What you are asked to do:
Going through the records that follow, please count the lines with "amount" in them and give only the count.

(Stored data entries)

- Opening Delimiter -

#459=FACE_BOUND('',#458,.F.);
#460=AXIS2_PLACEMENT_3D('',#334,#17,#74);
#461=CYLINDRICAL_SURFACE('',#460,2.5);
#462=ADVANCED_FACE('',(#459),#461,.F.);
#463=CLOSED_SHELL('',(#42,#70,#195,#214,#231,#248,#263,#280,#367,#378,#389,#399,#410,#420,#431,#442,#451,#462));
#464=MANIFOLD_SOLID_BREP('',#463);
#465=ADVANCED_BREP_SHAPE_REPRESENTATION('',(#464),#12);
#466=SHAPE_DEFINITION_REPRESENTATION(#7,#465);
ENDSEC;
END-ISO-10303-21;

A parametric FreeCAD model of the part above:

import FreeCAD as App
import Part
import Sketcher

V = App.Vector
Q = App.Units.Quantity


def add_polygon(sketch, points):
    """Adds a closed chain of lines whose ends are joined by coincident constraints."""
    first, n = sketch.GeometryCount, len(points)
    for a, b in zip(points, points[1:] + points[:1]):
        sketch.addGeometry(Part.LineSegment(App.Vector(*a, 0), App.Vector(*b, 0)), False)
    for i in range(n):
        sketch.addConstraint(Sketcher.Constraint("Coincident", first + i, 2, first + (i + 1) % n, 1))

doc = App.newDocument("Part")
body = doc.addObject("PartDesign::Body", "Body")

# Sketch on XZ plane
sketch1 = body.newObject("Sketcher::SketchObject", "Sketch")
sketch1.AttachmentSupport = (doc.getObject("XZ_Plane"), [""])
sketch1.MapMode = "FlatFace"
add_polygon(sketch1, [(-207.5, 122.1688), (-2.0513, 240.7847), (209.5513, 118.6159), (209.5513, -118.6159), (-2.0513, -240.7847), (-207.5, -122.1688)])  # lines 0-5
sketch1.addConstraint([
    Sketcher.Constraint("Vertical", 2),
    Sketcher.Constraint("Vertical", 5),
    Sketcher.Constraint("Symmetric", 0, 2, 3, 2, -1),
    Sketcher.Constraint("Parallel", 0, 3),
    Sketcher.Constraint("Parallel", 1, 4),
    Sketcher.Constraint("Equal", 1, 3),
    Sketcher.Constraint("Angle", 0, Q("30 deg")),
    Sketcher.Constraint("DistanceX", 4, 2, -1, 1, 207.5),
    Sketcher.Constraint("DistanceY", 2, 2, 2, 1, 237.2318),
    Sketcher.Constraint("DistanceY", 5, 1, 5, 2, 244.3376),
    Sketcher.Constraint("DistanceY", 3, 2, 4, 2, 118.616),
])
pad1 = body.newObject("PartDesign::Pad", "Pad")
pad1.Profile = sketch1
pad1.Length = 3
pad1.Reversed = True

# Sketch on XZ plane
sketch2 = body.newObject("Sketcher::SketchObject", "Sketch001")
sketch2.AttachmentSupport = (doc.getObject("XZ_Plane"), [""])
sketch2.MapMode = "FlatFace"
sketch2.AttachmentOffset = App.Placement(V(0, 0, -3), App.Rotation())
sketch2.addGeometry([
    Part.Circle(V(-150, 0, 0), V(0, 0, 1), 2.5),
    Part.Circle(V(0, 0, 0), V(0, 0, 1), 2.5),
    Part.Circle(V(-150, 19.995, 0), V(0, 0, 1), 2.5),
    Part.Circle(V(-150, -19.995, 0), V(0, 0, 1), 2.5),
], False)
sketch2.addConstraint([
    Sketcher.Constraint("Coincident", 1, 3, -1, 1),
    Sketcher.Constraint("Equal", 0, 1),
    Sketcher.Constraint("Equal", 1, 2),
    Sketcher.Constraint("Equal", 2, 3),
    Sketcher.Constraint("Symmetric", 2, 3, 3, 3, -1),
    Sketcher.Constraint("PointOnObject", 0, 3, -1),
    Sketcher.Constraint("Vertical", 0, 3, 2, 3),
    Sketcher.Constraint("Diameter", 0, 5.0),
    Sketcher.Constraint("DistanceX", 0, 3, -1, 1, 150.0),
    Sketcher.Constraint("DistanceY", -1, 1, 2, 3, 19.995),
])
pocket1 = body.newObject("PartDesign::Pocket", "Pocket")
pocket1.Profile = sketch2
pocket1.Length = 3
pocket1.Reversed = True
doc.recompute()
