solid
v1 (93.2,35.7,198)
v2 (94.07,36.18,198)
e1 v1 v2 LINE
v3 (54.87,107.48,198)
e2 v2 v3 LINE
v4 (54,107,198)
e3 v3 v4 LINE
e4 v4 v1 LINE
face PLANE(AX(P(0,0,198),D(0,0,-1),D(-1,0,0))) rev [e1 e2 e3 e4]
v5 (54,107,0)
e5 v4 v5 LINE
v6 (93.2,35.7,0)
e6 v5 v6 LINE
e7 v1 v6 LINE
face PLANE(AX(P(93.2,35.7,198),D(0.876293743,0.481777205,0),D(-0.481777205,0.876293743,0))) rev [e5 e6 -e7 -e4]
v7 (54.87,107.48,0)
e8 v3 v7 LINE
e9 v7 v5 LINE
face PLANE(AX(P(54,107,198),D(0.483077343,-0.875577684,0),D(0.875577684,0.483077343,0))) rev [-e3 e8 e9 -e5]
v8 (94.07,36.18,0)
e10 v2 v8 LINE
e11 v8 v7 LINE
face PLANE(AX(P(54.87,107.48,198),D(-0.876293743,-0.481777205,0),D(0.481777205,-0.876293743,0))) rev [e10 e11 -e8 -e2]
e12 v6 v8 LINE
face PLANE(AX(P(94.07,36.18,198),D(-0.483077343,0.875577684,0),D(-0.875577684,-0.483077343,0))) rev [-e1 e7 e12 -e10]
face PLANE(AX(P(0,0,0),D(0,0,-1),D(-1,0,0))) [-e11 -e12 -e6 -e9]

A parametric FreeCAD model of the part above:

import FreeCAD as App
import Part
import Sketcher
from FreeCAD import Vector

doc = App.newDocument("Part")
body = doc.addObject("PartDesign::Body", "Body")

sketch1 = doc.addObject("Sketcher::SketchObject", "Sketch")
body.addObject(sketch1)
sketch1.AttachmentSupport = (doc.XY_Plane, [""])
sketch1.MapMode = "FlatFace"
sketch1.addGeometry(Part.LineSegment(Vector(54.87, 107.48, 0), Vector(54, 107, 0)), False)
sketch1.addGeometry(Part.LineSegment(Vector(54, 107, 0), Vector(93.2, 35.7, 0)), False)
sketch1.addGeometry(Part.LineSegment(Vector(93.2, 35.7, 0), Vector(94.07, 36.18, 0)), False)
sketch1.addGeometry(Part.LineSegment(Vector(94.07, 36.18, 0), Vector(54.87, 107.48, 0)), False)
sketch1.addConstraint(Sketcher.Constraint("Coincident", 0, 2, 1, 1))
sketch1.addConstraint(Sketcher.Constraint("Coincident", 1, 2, 2, 1))
sketch1.addConstraint(Sketcher.Constraint("Coincident", 2, 2, 3, 1))
sketch1.addConstraint(Sketcher.Constraint("Coincident", 3, 2, 0, 1))
sketch1.addConstraint(Sketcher.Constraint("Parallel", 0, 2))
sketch1.addConstraint(Sketcher.Constraint("Parallel", 1, 3))
sketch1.addConstraint(Sketcher.Constraint("DistanceX", -1, 1, 0, 2, 54.0))
sketch1.addConstraint(Sketcher.Constraint("DistanceY", -1, 1, 0, 2, 107.0))
sketch1.addConstraint(Sketcher.Constraint("DistanceX", -1, 1, 1, 2, 93.2))
sketch1.addConstraint(Sketcher.Constraint("DistanceY", -1, 1, 1, 2, 35.7))
sketch1.addConstraint(Sketcher.Constraint("DistanceX", -1, 1, 2, 2, 94.07))
sketch1.addConstraint(Sketcher.Constraint("DistanceY", -1, 1, 2, 2, 36.18))
pad1 = doc.addObject("PartDesign::Pad", "Pad")
body.addObject(pad1)
pad1.Profile = sketch1
pad1.Length = 198

doc.recompute()
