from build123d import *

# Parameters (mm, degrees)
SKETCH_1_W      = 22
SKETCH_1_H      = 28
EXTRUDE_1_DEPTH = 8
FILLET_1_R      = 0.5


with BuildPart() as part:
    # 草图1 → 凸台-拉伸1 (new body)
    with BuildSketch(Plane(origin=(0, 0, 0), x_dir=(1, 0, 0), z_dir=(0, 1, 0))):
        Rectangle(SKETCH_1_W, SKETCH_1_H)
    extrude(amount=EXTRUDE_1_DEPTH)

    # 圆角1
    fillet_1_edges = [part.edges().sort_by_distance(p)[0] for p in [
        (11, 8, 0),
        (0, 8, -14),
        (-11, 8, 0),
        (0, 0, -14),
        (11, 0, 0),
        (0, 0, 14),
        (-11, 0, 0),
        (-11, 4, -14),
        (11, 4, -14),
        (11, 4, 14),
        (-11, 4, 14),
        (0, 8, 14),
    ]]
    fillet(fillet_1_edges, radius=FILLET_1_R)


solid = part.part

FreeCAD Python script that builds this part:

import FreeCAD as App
import Part
import Sketcher
from FreeCAD import Vector

doc = App.newDocument("Part")
body = doc.addObject("PartDesign::Body", "Body")

# Sketch on XZ plane
sketch1 = body.newObject("Sketcher::SketchObject", "Sketch")
sketch1.AttachmentSupport = (doc.getObject("XZ_Plane"), [""])
sketch1.MapMode = "FlatFace"
sketch1.addGeometry(Part.LineSegment(Vector(-11, -14, 0), Vector(-11, 14, 0)), False)
sketch1.addGeometry(Part.LineSegment(Vector(-11, 14, 0), Vector(11, 14, 0)), False)
sketch1.addGeometry(Part.LineSegment(Vector(11, 14, 0), Vector(11, -14, 0)), False)
sketch1.addGeometry(Part.LineSegment(Vector(11, -14, 0), Vector(-11, -14, 0)), False)
sketch1.addConstraint(Sketcher.Constraint("Coincident", 0, 2, 1, 1))
sketch1.addConstraint(Sketcher.Constraint("Coincident", 1, 2, 2, 1))
sketch1.addConstraint(Sketcher.Constraint("Coincident", 2, 2, 3, 1))
sketch1.addConstraint(Sketcher.Constraint("Coincident", 3, 2, 0, 1))
sketch1.addConstraint(Sketcher.Constraint("Vertical", 0))
sketch1.addConstraint(Sketcher.Constraint("Horizontal", 1))
sketch1.addConstraint(Sketcher.Constraint("Vertical", 2))
sketch1.addConstraint(Sketcher.Constraint("Horizontal", 3))
sketch1.addConstraint(Sketcher.Constraint("Symmetric", 0, 2, 2, 2, -1, 1))
sketch1.addConstraint(Sketcher.Constraint("DistanceX", 1, 1, 1, 2, 22.0))
sketch1.addConstraint(Sketcher.Constraint("DistanceY", 0, 1, 0, 2, 28.0))
pad1 = body.newObject("PartDesign::Pad", "Pad")
pad1.Profile = sketch1
pad1.Length = 8
pad1.Reversed = True
doc.recompute()

fillet = body.newObject("PartDesign::Fillet", "Fillet")
fillet.Base = (pad1, ["Edge1"])
fillet.UseAllEdges = True
fillet.Radius = 0.5

doc.recompute()
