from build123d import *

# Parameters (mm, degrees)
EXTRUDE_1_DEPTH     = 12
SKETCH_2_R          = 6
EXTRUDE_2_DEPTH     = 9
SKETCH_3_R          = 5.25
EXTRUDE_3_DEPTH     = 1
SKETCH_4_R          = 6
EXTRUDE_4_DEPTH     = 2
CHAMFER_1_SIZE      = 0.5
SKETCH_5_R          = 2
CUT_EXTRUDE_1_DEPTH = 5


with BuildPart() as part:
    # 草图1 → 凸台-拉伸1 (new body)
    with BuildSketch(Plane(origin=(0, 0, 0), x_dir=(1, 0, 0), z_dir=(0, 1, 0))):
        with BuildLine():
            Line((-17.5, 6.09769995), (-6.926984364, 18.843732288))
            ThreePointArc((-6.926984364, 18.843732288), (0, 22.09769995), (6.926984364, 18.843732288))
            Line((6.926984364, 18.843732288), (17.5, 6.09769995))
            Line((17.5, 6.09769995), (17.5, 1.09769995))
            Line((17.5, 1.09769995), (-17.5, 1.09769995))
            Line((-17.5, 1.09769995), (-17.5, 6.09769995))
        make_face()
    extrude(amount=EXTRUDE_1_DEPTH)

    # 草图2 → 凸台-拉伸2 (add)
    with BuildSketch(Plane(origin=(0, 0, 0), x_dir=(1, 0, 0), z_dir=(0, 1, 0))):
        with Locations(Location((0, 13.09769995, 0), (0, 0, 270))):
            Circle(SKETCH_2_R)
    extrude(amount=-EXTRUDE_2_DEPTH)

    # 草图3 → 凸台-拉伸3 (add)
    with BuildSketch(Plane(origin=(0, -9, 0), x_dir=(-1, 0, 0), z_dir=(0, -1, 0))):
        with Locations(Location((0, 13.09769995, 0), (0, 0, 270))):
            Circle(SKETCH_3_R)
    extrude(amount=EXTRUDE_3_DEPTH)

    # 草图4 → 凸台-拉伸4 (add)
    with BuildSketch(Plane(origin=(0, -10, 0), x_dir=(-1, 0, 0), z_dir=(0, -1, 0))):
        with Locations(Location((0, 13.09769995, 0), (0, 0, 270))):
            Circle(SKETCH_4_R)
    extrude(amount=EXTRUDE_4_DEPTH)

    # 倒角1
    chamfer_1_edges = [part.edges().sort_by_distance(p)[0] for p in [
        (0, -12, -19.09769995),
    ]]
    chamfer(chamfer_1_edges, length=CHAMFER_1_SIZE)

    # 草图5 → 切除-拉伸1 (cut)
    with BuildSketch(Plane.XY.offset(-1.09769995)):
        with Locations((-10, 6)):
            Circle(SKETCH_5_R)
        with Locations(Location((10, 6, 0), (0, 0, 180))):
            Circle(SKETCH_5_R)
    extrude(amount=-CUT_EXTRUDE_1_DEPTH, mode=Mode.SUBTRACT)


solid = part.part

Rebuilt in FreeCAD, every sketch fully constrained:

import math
import FreeCAD as App
import Part
import Sketcher
from FreeCAD import Vector


def edges_at(feature, points):
    """Names of the edges that pass closest to the given points."""
    edges = feature.Shape.Edges
    near = lambda p: min(range(len(edges)), key=lambda i: edges[i].distToShape(Part.Vertex(*p))[0])
    return sorted({f"Edge{near(p) + 1}" for p in points})

doc = App.newDocument("Part")
params = doc.addObject("Spreadsheet::Sheet", "Params")
for row, (alias, value) in enumerate([
    ("sketch1_radius", "9 mm"),
    ("sketch1_width", "35 mm"),
    ("sketch1_height", "5 mm"),
    ("pad1_length", "12 mm"),
    ("sketch2_diameter", "12 mm"),
    ("pad2_length", "9 mm"),
    ("sketch3_diameter", "10.5 mm"),
    ("pad3_length", "1 mm"),
    ("sketch4_diameter", "12 mm"),
    ("pad4_length", "2 mm"),
    ("chamfer_size", "0.5 mm"),
    ("sketch5_diameter", "4 mm"),
    ("pocket1_length", "5 mm"),
], start=1):
    params.set(f"A{row}", alias)
    params.set(f"B{row}", "=" + value)
    params.setAlias(f"B{row}", alias)

body = doc.addObject("PartDesign::Body", "Body")

# Sketch on XZ plane
sketch1 = body.newObject("Sketcher::SketchObject", "Sketch")
sketch1.AttachmentSupport = (doc.getObject("XZ_Plane"), [""])
sketch1.MapMode = "FlatFace"
sketch1.addGeometry(Part.LineSegment(Vector(-7, -19, 0), Vector(-18, -6, 0)), False)
sketch1.addGeometry(Part.LineSegment(Vector(-18, -6, 0), Vector(-18, -1, 0)), False)
sketch1.addGeometry(Part.LineSegment(Vector(-18, -1, 0), Vector(18, -1, 0)), False)
sketch1.addGeometry(Part.LineSegment(Vector(18, -1, 0), Vector(18, -6, 0)), False)
sketch1.addGeometry(Part.LineSegment(Vector(18, -6, 0), Vector(7, -19, 0)), False)
sketch1.addGeometry(Part.ArcOfCircle(Part.Circle(Vector(0, -13, 0), Vector(0, 0, 1), 9), math.radians(-140), math.radians(-40)), False)
sketch1.addConstraint(Sketcher.Constraint("Coincident", 0, 2, 1, 1))
sketch1.addConstraint(Sketcher.Constraint("Coincident", 1, 2, 2, 1))
sketch1.addConstraint(Sketcher.Constraint("Coincident", 2, 2, 3, 1))
sketch1.addConstraint(Sketcher.Constraint("Coincident", 3, 2, 4, 1))
sketch1.addConstraint(Sketcher.Constraint("Tangent", 4, 2, 5, 2))
sketch1.addConstraint(Sketcher.Constraint("Tangent", 5, 1, 0, 1))
sketch1.addConstraint(Sketcher.Constraint("Vertical", 1))
sketch1.addConstraint(Sketcher.Constraint("Horizontal", 2))
sketch1.addConstraint(Sketcher.Constraint("Vertical", 3))
sketch1.addConstraint(Sketcher.Constraint("Symmetric", 0, 2, 3, 2, -2))
sketch1.addConstraint(Sketcher.Constraint("PointOnObject", 5, 3, -2))
sketch1.addConstraint(Sketcher.Constraint("Radius", 5, 9.0))
sketch1.addConstraint(Sketcher.Constraint("DistanceX", 2, 1, 2, 2, 35.0))
sketch1.addConstraint(Sketcher.Constraint("DistanceY", 1, 1, 1, 2, 5.0))
sketch1.addConstraint(Sketcher.Constraint("DistanceY", 5, 3, 0, 2, 7.0))
sketch1.addConstraint(Sketcher.Constraint("DistanceY", 5, 3, -1, 1, 13.0977))
sketch1.setExpression("Constraints[11]", "Params.sketch1_radius")
sketch1.setExpression("Constraints[12]", "Params.sketch1_width")
sketch1.setExpression("Constraints[13]", "Params.sketch1_height")
pad1 = body.newObject("PartDesign::Pad", "Pad")
pad1.Profile = sketch1
pad1.setExpression("Length", "Params.pad1_length")
pad1.Reversed = True

# Sketch on XZ plane
sketch2 = body.newObject("Sketcher::SketchObject", "Sketch001")
sketch2.AttachmentSupport = (doc.getObject("XZ_Plane"), [""])
sketch2.MapMode = "FlatFace"
sketch2.addGeometry(Part.Circle(Vector(0, -13, 0), Vector(0, 0, 1), 6), False)
sketch2.addConstraint(Sketcher.Constraint("PointOnObject", 0, 3, -2))
sketch2.addConstraint(Sketcher.Constraint("Diameter", 0, 12.0))
sketch2.addConstraint(Sketcher.Constraint("DistanceY", 0, 3, -1, 1, 13.0977))
sketch2.setExpression("Constraints[1]", "Params.sketch2_diameter")
pad2 = body.newObject("PartDesign::Pad", "Pad001")
pad2.Profile = sketch2
pad2.setExpression("Length", "Params.pad2_length")

# Sketch on XZ plane
sketch3 = body.newObject("Sketcher::SketchObject", "Sketch002")
sketch3.AttachmentSupport = (doc.getObject("XZ_Plane"), [""])
sketch3.MapMode = "FlatFace"
sketch3.AttachmentOffset = App.Placement(Vector(0, 0, 9), App.Rotation())
sketch3.addGeometry(Part.Circle(Vector(0, -13, 0), Vector(0, 0, 1), 5), False)
sketch3.addConstraint(Sketcher.Constraint("PointOnObject", 0, 3, -2))
sketch3.addConstraint(Sketcher.Constraint("Diameter", 0, 10.5))
sketch3.addConstraint(Sketcher.Constraint("DistanceY", 0, 3, -1, 1, 13.0977))
sketch3.setExpression("Constraints[1]", "Params.sketch3_diameter")
pad3 = body.newObject("PartDesign::Pad", "Pad002")
pad3.Profile = sketch3
pad3.setExpression("Length", "Params.pad3_length")

# Sketch on XZ plane
sketch4 = body.newObject("Sketcher::SketchObject", "Sketch003")
sketch4.AttachmentSupport = (doc.getObject("XZ_Plane"), [""])
sketch4.MapMode = "FlatFace"
sketch4.AttachmentOffset = App.Placement(Vector(0, 0, 10), App.Rotation())
sketch4.addGeometry(Part.Circle(Vector(0, -13, 0), Vector(0, 0, 1), 6), False)
sketch4.addConstraint(Sketcher.Constraint("PointOnObject", 0, 3, -2))
sketch4.addConstraint(Sketcher.Constraint("Diameter", 0, 12.0))
sketch4.addConstraint(Sketcher.Constraint("DistanceY", 0, 3, -1, 1, 13.0977))
sketch4.setExpression("Constraints[1]", "Params.sketch4_diameter")
pad4 = body.newObject("PartDesign::Pad", "Pad003")
pad4.Profile = sketch4
pad4.setExpression("Length", "Params.pad4_length")
doc.recompute()

chamfer = body.newObject("PartDesign::Chamfer", "Chamfer")
chamfer.Base = (pad4, edges_at(pad4, [(0, -12, -19.098)]))
chamfer.setExpression("Size", "Params.chamfer_size")

# Sketch on XY plane
sketch5 = body.newObject("Sketcher::SketchObject", "Sketch004")
sketch5.AttachmentSupport = (doc.getObject("XY_Plane"), [""])
sketch5.MapMode = "FlatFace"
sketch5.AttachmentOffset = App.Placement(Vector(0, 0, -1.0977), App.Rotation())
sketch5.addGeometry(Part.Circle(Vector(-10, 6, 0), Vector(0, 0, 1), 2), False)
sketch5.addGeometry(Part.Circle(Vector(10, 6, 0), Vector(0, 0, 1), 2), False)
sketch5.addConstraint(Sketcher.Constraint("Equal", 0, 1))
sketch5.addConstraint(Sketcher.Constraint("Symmetric", 0, 3, 1, 3, -2))
sketch5.addConstraint(Sketcher.Constraint("Diameter", 0, 4.0))
sketch5.addConstraint(Sketcher.Constraint("DistanceX", 0, 3, -1, 1, 10.0))
sketch5.addConstraint(Sketcher.Constraint("DistanceY", -1, 1, 0, 3, 6.0))
sketch5.setExpression("Constraints[2]", "Params.sketch5_diameter")
pocket1 = body.newObject("PartDesign::Pocket", "Pocket")
pocket1.Profile = sketch5
pocket1.setExpression("Length", "Params.pocket1_length")

doc.recompute()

- Closing Delimiter -

Task output:
6